05 Nov 2015 10:51:25,540 ERROR [qtp-client-26] ClusterImpl:2016 - Config inconsistency exists: unknown configType=ams-hbase-security-site 05 Nov 2015 10:51:25,541 ERROR [qtp-client-26] ClusterImpl:2016 - Config inconsistency exists: unknown configType=ams-hbase-site 05 Nov 2015 10:51:25,541 ERROR [qtp-client-26] ClusterImpl:2016 - Config inconsistency exists: unknown configType=ams-log4j 05 Nov 2015 10:51:25,542 ERROR [qtp-client-26] ClusterImpl:2016 - Config inconsistency exists: unknown configType=ams-site 05 Nov 2015 10:51:25,542 ERROR [qtp-client-26] ClusterImpl:2016 - Config inconsistency exists: unknown configType=ams-hbase-policy 05 Nov 2015 10:51:25,543 ERROR [qtp-client-26] ClusterImpl:2016 - Config inconsistency exists: unknown configType=ams-hbase-log4j 05 Nov 2015 10:51:25,543 ERROR [qtp-client-26] ClusterImpl:2016 - Config inconsistency exists: unknown configType=ams-env 05 Nov 2015 10:51:25,544 ERROR [qtp-client-26] ClusterImpl:2016 - Config inconsistency exists: unknown configType=ams-hbase-env 05 Nov 2015 10:51:25,544 ERROR [qtp-client-26] ClusterImpl:2016 - Config inconsistency exists: unknown configType=kms-properties 05 Nov 2015 10:51:25,545 ERROR [qtp-client-26] ClusterImpl:2016 - Config inconsistency exists: unknown configType=ranger-kms-policymgr-ssl 05 Nov 2015 10:51:25,545 ERROR [qtp-client-26] ClusterImpl:2016 - Config inconsistency exists: unknown configType=kms-log4j 05 Nov 2015 10:51:25,545 ERROR [qtp-client-26] ClusterImpl:2016 - Config inconsistency exists: unknown configType=ranger-kms-security 05 Nov 2015 10:51:25,546 ERROR [qtp-client-26] ClusterImpl:2016 - Config inconsistency exists: unknown configType=ranger-kms-audit 05 Nov 2015 10:51:25,546 ERROR [qtp-client-26] ClusterImpl:2016 - Config inconsistency exists: unknown configType=dbks-site 05 Nov 2015 10:51:25,546 ERROR [qtp-client-26] ClusterImpl:2016 - Config inconsistency exists: unknown configType=kms-env 05 Nov 2015 10:51:25,547 ERROR [qtp-client-26] ClusterImpl:2016 - Config inconsistency exists: unknown configType=kms-site 05 Nov 2015 10:51:25,547 ERROR [qtp-client-26] ClusterImpl:2016 - Config inconsistency exists: unknown configType=ranger-kms-site
Created 11-05-2015 07:00 PM
Created 11-05-2015 07:50 PM
I recommend you select from each existing table in ambari, usually there are stale alerts, host configs also exist, you need to purge those as well. Don't just delete hostcomponentstate, hostcomponentdesiredstate, etc, go through all tables in ambari database and look for specific service. Sometimes you're lucky and only need to touch those desiredstate and componentstate tables but sometimes you need to clean up alerts, hostconfigs, etc.

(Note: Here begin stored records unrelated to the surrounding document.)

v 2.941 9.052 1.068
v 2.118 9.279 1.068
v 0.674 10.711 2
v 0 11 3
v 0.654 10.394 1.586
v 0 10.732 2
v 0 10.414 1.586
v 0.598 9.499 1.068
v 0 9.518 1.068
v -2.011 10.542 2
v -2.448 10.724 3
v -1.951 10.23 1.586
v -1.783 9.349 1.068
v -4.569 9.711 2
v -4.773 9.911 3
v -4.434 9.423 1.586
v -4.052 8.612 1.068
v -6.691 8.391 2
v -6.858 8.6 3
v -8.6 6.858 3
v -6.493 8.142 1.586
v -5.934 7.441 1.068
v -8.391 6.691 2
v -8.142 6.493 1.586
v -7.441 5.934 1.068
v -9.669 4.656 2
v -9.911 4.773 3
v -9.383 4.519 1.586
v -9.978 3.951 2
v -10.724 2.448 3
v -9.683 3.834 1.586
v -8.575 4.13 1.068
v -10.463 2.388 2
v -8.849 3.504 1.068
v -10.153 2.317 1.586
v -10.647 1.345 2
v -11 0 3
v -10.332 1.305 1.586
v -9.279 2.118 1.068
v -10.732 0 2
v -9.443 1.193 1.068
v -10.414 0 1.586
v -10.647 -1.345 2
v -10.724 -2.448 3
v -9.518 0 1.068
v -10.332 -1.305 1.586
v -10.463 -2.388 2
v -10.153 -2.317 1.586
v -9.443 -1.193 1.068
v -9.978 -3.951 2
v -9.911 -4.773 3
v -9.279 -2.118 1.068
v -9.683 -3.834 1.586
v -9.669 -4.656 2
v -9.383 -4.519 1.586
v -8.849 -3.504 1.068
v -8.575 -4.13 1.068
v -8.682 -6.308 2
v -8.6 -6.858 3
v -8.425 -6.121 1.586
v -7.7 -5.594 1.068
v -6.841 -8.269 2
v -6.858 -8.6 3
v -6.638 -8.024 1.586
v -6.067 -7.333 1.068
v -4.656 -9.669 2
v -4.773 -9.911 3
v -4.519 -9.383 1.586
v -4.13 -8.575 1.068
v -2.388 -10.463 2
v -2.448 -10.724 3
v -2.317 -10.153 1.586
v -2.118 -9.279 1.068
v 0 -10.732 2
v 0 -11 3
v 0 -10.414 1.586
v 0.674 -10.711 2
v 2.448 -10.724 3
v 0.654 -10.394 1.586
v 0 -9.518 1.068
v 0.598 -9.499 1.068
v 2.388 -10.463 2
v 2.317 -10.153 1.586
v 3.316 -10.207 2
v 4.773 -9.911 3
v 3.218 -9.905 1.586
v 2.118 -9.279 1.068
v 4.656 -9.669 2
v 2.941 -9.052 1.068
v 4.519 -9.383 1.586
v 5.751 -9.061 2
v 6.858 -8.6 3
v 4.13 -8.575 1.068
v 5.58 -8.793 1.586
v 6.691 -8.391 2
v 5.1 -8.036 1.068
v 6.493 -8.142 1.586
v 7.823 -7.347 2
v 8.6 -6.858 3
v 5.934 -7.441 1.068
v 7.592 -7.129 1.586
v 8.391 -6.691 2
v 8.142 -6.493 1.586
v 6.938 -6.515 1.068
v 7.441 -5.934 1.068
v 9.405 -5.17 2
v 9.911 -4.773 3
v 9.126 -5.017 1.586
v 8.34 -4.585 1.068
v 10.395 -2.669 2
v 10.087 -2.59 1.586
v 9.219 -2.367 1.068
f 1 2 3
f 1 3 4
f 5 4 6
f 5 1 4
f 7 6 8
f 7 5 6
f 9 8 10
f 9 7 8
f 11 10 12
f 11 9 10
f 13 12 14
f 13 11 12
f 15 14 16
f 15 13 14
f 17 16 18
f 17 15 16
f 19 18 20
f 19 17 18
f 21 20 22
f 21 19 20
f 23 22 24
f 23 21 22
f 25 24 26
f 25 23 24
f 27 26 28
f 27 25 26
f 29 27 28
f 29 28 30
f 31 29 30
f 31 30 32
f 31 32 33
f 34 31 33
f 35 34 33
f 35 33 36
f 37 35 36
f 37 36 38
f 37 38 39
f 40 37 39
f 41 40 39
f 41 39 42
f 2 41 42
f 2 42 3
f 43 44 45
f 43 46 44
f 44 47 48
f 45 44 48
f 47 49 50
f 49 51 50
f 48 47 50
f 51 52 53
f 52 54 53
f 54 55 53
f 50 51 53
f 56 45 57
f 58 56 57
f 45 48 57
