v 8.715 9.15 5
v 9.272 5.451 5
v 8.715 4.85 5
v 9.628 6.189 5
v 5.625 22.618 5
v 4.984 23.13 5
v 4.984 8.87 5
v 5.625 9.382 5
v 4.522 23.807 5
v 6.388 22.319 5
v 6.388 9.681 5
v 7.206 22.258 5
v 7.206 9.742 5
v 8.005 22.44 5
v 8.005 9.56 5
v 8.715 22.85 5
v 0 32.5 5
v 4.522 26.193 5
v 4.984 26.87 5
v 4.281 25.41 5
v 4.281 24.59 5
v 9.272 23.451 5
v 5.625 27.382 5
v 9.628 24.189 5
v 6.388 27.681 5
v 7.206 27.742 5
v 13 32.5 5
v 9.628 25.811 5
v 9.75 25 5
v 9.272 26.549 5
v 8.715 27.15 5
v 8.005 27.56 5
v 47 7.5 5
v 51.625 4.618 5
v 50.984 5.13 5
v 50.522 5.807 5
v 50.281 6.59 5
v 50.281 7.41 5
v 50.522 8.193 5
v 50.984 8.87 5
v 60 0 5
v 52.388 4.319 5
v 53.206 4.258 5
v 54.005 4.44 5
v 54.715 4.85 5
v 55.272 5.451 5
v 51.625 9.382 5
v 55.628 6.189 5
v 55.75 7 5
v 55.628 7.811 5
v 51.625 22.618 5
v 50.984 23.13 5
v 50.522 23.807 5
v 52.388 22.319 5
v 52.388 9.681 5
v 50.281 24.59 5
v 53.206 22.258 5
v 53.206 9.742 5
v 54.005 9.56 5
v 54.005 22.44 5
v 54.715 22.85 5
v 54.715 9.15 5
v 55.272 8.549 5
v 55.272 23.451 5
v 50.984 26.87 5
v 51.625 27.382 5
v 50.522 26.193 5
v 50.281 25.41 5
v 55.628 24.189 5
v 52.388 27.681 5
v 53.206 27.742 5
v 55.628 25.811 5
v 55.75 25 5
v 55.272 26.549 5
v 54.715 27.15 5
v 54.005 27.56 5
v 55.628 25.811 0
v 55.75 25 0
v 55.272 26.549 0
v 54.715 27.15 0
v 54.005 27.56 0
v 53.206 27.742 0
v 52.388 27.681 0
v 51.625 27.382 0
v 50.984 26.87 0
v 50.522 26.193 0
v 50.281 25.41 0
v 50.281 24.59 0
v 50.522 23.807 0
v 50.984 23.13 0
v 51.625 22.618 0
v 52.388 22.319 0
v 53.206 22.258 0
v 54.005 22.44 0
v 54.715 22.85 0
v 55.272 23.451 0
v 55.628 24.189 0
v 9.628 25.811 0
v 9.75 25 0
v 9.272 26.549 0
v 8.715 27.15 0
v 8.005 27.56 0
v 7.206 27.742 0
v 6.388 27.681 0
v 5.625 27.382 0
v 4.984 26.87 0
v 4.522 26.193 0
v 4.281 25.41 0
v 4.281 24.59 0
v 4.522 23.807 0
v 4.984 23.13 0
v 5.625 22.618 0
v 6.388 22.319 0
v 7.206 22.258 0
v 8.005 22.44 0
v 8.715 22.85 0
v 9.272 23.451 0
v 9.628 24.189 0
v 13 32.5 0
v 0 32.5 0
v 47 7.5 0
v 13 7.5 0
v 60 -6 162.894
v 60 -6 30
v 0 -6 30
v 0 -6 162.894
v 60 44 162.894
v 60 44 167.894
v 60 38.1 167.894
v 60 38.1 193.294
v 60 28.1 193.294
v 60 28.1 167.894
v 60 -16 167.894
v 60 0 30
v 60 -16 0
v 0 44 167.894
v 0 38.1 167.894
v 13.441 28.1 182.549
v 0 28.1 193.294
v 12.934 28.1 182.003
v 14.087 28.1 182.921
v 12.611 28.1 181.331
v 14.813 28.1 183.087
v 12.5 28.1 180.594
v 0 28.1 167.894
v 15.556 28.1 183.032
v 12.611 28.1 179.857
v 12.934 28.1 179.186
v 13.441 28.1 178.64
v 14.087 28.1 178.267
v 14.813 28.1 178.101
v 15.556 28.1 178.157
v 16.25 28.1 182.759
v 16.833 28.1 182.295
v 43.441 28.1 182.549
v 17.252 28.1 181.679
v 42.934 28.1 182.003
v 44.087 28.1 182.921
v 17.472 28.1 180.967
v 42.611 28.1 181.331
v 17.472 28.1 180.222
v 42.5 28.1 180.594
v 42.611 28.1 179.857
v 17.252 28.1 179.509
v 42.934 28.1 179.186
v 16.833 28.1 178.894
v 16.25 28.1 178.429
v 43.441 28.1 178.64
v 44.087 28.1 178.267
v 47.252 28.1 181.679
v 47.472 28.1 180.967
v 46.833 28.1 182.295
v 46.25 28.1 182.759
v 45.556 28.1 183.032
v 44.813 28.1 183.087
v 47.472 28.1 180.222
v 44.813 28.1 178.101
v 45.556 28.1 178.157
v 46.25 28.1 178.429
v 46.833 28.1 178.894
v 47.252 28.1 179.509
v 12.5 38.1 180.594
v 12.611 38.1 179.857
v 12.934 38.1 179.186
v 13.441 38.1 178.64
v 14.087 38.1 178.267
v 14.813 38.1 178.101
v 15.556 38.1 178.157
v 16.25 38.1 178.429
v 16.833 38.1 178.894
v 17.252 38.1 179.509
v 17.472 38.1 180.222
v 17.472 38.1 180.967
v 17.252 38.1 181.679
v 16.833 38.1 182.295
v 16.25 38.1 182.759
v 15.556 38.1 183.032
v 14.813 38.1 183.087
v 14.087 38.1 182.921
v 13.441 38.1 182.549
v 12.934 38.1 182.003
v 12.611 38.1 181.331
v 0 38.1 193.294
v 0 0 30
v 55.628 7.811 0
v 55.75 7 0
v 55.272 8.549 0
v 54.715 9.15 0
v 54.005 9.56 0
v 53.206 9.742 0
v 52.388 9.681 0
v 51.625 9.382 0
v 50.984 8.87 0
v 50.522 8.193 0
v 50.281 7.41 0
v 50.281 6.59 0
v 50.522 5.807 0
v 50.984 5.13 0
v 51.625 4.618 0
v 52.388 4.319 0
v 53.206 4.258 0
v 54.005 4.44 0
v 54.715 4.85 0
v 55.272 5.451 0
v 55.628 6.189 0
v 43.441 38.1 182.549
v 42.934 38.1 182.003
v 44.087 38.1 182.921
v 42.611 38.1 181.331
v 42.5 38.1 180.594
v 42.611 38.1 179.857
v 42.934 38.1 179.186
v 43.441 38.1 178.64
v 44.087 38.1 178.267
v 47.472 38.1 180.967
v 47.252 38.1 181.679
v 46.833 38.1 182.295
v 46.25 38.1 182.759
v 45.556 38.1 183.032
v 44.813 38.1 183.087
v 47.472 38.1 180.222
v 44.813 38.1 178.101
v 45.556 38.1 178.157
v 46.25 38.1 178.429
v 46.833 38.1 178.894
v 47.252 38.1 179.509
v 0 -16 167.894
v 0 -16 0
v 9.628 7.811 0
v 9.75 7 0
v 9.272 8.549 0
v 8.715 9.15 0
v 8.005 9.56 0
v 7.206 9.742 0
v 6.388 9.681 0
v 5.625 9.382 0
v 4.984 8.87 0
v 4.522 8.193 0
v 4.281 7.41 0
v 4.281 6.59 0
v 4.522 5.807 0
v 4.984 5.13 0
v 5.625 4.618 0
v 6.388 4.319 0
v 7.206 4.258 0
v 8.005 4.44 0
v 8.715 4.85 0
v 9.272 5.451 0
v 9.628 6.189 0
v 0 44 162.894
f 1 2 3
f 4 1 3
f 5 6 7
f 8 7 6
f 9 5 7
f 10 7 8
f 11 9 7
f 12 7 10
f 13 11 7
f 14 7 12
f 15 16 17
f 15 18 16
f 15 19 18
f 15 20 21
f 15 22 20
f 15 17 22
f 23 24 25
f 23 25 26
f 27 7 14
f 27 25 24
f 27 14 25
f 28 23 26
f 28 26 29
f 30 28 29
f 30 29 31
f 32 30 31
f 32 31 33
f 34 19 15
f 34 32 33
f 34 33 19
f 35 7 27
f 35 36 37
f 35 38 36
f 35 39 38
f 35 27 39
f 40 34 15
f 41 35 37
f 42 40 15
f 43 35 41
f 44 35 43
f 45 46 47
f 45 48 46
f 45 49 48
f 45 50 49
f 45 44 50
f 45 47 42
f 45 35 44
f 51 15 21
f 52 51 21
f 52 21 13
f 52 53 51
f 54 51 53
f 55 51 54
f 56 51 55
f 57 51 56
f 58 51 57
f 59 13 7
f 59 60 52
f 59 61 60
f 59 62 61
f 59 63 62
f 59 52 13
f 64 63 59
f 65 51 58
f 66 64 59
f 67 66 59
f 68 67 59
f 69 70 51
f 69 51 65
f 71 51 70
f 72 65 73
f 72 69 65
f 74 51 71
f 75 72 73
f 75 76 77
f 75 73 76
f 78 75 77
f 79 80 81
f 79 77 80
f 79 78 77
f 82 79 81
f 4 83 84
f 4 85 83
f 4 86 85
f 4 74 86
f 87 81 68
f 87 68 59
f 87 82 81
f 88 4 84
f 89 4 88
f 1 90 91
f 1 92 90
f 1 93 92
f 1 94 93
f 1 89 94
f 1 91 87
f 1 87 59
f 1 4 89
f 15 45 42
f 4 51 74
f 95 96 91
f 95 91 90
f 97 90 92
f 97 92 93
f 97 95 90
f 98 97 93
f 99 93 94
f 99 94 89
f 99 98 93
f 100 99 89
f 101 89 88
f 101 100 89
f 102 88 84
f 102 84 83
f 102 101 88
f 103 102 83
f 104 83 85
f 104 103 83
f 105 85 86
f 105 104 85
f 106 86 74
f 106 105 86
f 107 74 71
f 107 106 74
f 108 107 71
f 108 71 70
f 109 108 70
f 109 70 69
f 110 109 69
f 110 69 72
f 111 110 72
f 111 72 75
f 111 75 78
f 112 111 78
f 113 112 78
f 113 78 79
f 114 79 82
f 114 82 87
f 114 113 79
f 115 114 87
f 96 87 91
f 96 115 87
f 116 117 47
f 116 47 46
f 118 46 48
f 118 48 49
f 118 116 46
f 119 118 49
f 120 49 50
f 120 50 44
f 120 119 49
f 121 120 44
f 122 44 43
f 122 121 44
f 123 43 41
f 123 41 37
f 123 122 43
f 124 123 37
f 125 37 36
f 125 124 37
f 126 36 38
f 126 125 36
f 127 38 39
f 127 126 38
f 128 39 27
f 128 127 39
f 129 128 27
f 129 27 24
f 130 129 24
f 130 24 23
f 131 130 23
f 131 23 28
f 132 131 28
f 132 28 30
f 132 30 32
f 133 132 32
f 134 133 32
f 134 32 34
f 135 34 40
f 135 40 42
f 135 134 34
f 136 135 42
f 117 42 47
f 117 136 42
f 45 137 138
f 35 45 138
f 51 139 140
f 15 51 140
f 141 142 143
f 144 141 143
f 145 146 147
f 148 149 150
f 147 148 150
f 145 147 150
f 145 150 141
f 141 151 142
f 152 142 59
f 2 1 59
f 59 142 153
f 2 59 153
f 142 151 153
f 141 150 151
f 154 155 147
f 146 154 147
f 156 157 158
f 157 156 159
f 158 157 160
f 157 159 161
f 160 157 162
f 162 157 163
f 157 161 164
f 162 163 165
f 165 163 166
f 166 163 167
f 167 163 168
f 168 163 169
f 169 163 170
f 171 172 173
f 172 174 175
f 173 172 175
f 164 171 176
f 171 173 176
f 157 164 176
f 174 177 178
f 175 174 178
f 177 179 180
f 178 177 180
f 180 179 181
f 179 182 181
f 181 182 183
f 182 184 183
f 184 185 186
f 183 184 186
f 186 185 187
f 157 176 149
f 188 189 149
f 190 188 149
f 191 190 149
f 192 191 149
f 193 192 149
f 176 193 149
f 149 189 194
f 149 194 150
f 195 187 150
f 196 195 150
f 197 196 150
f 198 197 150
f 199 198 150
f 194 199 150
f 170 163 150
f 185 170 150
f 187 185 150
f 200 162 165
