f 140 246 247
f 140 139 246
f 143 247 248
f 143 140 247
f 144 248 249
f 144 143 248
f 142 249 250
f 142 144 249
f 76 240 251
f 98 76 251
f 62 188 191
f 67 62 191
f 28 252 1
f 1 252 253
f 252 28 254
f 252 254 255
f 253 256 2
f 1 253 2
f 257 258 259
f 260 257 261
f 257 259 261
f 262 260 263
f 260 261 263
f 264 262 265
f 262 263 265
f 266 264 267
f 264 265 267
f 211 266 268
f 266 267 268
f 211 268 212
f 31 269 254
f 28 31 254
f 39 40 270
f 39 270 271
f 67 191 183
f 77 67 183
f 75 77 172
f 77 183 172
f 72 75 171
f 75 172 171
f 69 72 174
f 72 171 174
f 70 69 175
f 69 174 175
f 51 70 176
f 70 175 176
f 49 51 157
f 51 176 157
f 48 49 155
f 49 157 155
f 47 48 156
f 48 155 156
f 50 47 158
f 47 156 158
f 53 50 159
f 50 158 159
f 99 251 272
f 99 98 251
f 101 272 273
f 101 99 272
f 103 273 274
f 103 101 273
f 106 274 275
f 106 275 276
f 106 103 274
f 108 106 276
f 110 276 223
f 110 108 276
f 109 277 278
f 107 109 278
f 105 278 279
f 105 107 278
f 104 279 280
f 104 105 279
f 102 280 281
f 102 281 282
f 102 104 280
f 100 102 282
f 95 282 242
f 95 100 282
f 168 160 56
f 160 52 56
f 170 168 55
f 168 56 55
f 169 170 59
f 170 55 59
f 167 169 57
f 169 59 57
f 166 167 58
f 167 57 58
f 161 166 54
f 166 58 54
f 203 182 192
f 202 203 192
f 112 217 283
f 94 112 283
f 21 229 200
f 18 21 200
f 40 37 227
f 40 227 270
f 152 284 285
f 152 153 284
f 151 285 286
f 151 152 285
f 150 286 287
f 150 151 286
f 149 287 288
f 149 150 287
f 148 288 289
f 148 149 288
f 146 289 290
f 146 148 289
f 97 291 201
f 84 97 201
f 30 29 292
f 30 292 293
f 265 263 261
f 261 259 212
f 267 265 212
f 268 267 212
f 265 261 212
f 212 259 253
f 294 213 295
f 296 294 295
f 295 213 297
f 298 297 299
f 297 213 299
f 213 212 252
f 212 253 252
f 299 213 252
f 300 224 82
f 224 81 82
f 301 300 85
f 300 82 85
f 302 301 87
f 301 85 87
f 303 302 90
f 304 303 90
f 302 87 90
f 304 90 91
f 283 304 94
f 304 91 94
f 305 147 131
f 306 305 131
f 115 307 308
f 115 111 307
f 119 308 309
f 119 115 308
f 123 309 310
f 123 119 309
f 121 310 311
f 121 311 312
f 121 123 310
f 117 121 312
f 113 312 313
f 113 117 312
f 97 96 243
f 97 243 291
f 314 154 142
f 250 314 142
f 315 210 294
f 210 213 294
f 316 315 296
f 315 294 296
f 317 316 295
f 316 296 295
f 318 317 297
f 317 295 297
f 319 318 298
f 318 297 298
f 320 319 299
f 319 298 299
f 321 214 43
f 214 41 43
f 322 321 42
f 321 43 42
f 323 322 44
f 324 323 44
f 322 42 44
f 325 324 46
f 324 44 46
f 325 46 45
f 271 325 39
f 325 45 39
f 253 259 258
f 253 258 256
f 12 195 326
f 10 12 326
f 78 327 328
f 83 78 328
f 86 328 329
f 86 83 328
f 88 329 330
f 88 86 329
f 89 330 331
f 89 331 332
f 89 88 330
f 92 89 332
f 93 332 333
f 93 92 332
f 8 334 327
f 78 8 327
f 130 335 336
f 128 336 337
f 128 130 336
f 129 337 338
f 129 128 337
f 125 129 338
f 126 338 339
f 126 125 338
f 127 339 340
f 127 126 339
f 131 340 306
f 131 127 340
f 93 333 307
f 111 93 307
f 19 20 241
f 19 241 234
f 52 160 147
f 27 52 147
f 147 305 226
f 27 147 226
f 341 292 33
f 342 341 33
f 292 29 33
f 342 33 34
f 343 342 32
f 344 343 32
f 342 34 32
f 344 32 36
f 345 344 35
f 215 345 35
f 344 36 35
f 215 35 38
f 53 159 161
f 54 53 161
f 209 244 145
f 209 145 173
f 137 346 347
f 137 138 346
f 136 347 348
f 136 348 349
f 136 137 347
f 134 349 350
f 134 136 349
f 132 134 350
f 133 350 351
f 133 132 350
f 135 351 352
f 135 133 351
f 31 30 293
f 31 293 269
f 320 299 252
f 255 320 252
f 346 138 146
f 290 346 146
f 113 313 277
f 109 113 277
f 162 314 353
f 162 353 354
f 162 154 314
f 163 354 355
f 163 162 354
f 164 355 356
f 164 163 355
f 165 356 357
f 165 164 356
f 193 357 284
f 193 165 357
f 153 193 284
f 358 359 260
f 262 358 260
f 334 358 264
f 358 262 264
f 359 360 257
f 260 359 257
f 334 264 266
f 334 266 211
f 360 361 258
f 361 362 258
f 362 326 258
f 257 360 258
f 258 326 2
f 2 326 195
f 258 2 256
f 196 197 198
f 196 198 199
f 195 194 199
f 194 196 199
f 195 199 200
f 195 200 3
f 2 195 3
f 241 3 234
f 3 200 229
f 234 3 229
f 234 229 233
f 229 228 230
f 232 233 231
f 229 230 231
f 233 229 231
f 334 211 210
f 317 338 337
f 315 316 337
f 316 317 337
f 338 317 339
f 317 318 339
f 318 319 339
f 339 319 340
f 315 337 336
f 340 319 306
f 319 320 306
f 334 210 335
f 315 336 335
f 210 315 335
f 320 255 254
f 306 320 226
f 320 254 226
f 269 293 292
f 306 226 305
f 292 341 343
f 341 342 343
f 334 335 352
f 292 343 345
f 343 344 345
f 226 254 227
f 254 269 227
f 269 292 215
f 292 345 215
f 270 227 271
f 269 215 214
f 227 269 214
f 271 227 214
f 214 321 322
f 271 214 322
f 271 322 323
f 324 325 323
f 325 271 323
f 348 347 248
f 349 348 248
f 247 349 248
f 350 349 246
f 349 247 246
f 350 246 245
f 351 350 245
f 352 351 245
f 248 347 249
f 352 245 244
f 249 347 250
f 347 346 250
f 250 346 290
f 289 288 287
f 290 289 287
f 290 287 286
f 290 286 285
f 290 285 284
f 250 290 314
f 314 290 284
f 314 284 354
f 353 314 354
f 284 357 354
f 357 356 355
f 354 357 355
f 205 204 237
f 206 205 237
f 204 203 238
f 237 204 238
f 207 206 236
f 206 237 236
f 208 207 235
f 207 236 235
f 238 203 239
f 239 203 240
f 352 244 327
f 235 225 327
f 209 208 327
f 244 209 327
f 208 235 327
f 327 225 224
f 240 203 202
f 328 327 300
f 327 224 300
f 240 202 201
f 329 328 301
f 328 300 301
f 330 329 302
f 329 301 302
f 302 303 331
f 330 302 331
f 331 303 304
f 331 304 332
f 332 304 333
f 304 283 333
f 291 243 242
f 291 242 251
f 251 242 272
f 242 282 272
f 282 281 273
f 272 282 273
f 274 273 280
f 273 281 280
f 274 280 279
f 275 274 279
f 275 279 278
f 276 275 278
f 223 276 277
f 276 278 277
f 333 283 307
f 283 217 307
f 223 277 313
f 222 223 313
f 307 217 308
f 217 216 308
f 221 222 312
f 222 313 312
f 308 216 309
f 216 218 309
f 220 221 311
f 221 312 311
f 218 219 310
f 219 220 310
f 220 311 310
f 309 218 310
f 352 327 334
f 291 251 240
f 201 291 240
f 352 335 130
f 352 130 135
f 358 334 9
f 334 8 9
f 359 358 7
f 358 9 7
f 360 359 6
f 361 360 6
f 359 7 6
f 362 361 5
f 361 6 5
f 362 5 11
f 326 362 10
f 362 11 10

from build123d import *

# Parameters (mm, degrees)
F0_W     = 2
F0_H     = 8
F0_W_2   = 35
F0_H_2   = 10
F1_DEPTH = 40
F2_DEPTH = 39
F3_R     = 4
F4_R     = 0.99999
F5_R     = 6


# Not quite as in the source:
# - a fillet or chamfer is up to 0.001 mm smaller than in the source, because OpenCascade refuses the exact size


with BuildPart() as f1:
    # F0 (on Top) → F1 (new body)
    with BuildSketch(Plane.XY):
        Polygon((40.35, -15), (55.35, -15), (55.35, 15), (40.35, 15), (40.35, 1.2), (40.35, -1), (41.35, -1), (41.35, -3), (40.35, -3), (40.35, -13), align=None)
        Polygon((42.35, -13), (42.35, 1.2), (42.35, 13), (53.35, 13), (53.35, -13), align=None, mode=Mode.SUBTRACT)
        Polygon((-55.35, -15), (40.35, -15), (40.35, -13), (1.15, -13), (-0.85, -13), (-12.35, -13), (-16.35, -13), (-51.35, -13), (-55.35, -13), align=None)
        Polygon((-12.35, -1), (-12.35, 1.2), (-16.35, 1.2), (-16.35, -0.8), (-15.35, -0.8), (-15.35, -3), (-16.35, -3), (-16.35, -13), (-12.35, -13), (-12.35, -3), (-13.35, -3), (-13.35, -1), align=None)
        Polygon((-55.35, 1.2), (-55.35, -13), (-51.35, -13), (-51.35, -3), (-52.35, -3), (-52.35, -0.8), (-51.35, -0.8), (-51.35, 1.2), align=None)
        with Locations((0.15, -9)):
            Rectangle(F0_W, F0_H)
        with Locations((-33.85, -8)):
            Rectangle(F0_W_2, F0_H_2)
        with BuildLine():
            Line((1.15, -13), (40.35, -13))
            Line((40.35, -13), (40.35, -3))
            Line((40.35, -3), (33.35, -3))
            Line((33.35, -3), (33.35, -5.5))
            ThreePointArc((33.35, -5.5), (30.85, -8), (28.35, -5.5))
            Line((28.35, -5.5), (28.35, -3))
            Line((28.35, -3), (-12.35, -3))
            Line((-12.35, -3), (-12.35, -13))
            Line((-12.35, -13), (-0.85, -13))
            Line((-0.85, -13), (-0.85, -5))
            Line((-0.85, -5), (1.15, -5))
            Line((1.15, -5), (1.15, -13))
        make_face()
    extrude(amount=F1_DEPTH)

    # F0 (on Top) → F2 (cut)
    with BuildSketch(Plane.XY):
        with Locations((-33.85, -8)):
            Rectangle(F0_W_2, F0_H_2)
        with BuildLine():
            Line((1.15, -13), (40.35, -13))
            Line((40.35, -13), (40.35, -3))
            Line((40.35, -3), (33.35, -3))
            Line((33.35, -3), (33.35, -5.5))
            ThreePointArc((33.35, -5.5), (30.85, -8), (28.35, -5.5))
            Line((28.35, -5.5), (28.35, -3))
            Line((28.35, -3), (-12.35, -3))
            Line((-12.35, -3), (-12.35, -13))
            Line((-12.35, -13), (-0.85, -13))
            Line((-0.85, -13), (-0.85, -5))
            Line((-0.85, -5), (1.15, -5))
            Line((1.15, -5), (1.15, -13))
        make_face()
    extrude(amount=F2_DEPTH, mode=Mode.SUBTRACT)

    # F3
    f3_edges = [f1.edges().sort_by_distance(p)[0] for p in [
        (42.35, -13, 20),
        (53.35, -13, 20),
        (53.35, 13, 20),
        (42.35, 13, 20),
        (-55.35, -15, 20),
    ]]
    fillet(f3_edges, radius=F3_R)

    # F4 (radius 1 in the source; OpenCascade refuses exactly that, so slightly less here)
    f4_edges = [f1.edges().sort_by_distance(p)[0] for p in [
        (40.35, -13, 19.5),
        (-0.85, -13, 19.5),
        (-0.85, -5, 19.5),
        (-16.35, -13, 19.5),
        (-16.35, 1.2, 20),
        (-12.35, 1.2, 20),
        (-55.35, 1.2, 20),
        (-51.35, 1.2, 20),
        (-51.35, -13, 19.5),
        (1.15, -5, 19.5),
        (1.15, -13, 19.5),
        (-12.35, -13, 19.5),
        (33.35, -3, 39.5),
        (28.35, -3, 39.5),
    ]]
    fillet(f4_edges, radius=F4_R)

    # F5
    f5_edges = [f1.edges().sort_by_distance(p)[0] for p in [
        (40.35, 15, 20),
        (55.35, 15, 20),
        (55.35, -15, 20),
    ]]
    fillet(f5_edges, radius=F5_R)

Created 11-06-2015 02:56 AM
Just got off webex with @rgarcia@hortonworks.com
We were able to remove the failed Ranger/Metrics installation using something like the below:
su postgres psql \c ambari DELETE FROM ambari.hostcomponentstate WHERE service_name IN ('RANGER'); DELETE FROM ambari.hostcomponentdesiredstate WHERE service_name IN ('RANGER'); DELETE FROM ambari.servicecomponentdesiredstate WHERE service_name IN ('RANGER'); DELETE FROM ambari.servicedesiredstate WHERE service_name IN ('RANGER'); DELETE FROM ambari.clusterservices WHERE service_name IN ('RANGER');
Then make sure to restart Ambari
service ambari-server restart
Now re-install Ranger/Ambair metrics
Created 11-06-2015 11:33 AM
Created 02-11-2016 10:46 PM
I have accepted this as best answer to close the thread.
Created 02-09-2016 04:05 PM
What is the solution to this problem? I also encounter it, able to delete and re-install, but fail with same error.
Created 02-09-2016 04:58 PM
@rxu There are couple of things to check..make sure repo files are correct.
Whats the error?
Created 02-09-2016 05:09 PM
Same error. Repo checked, all looks good.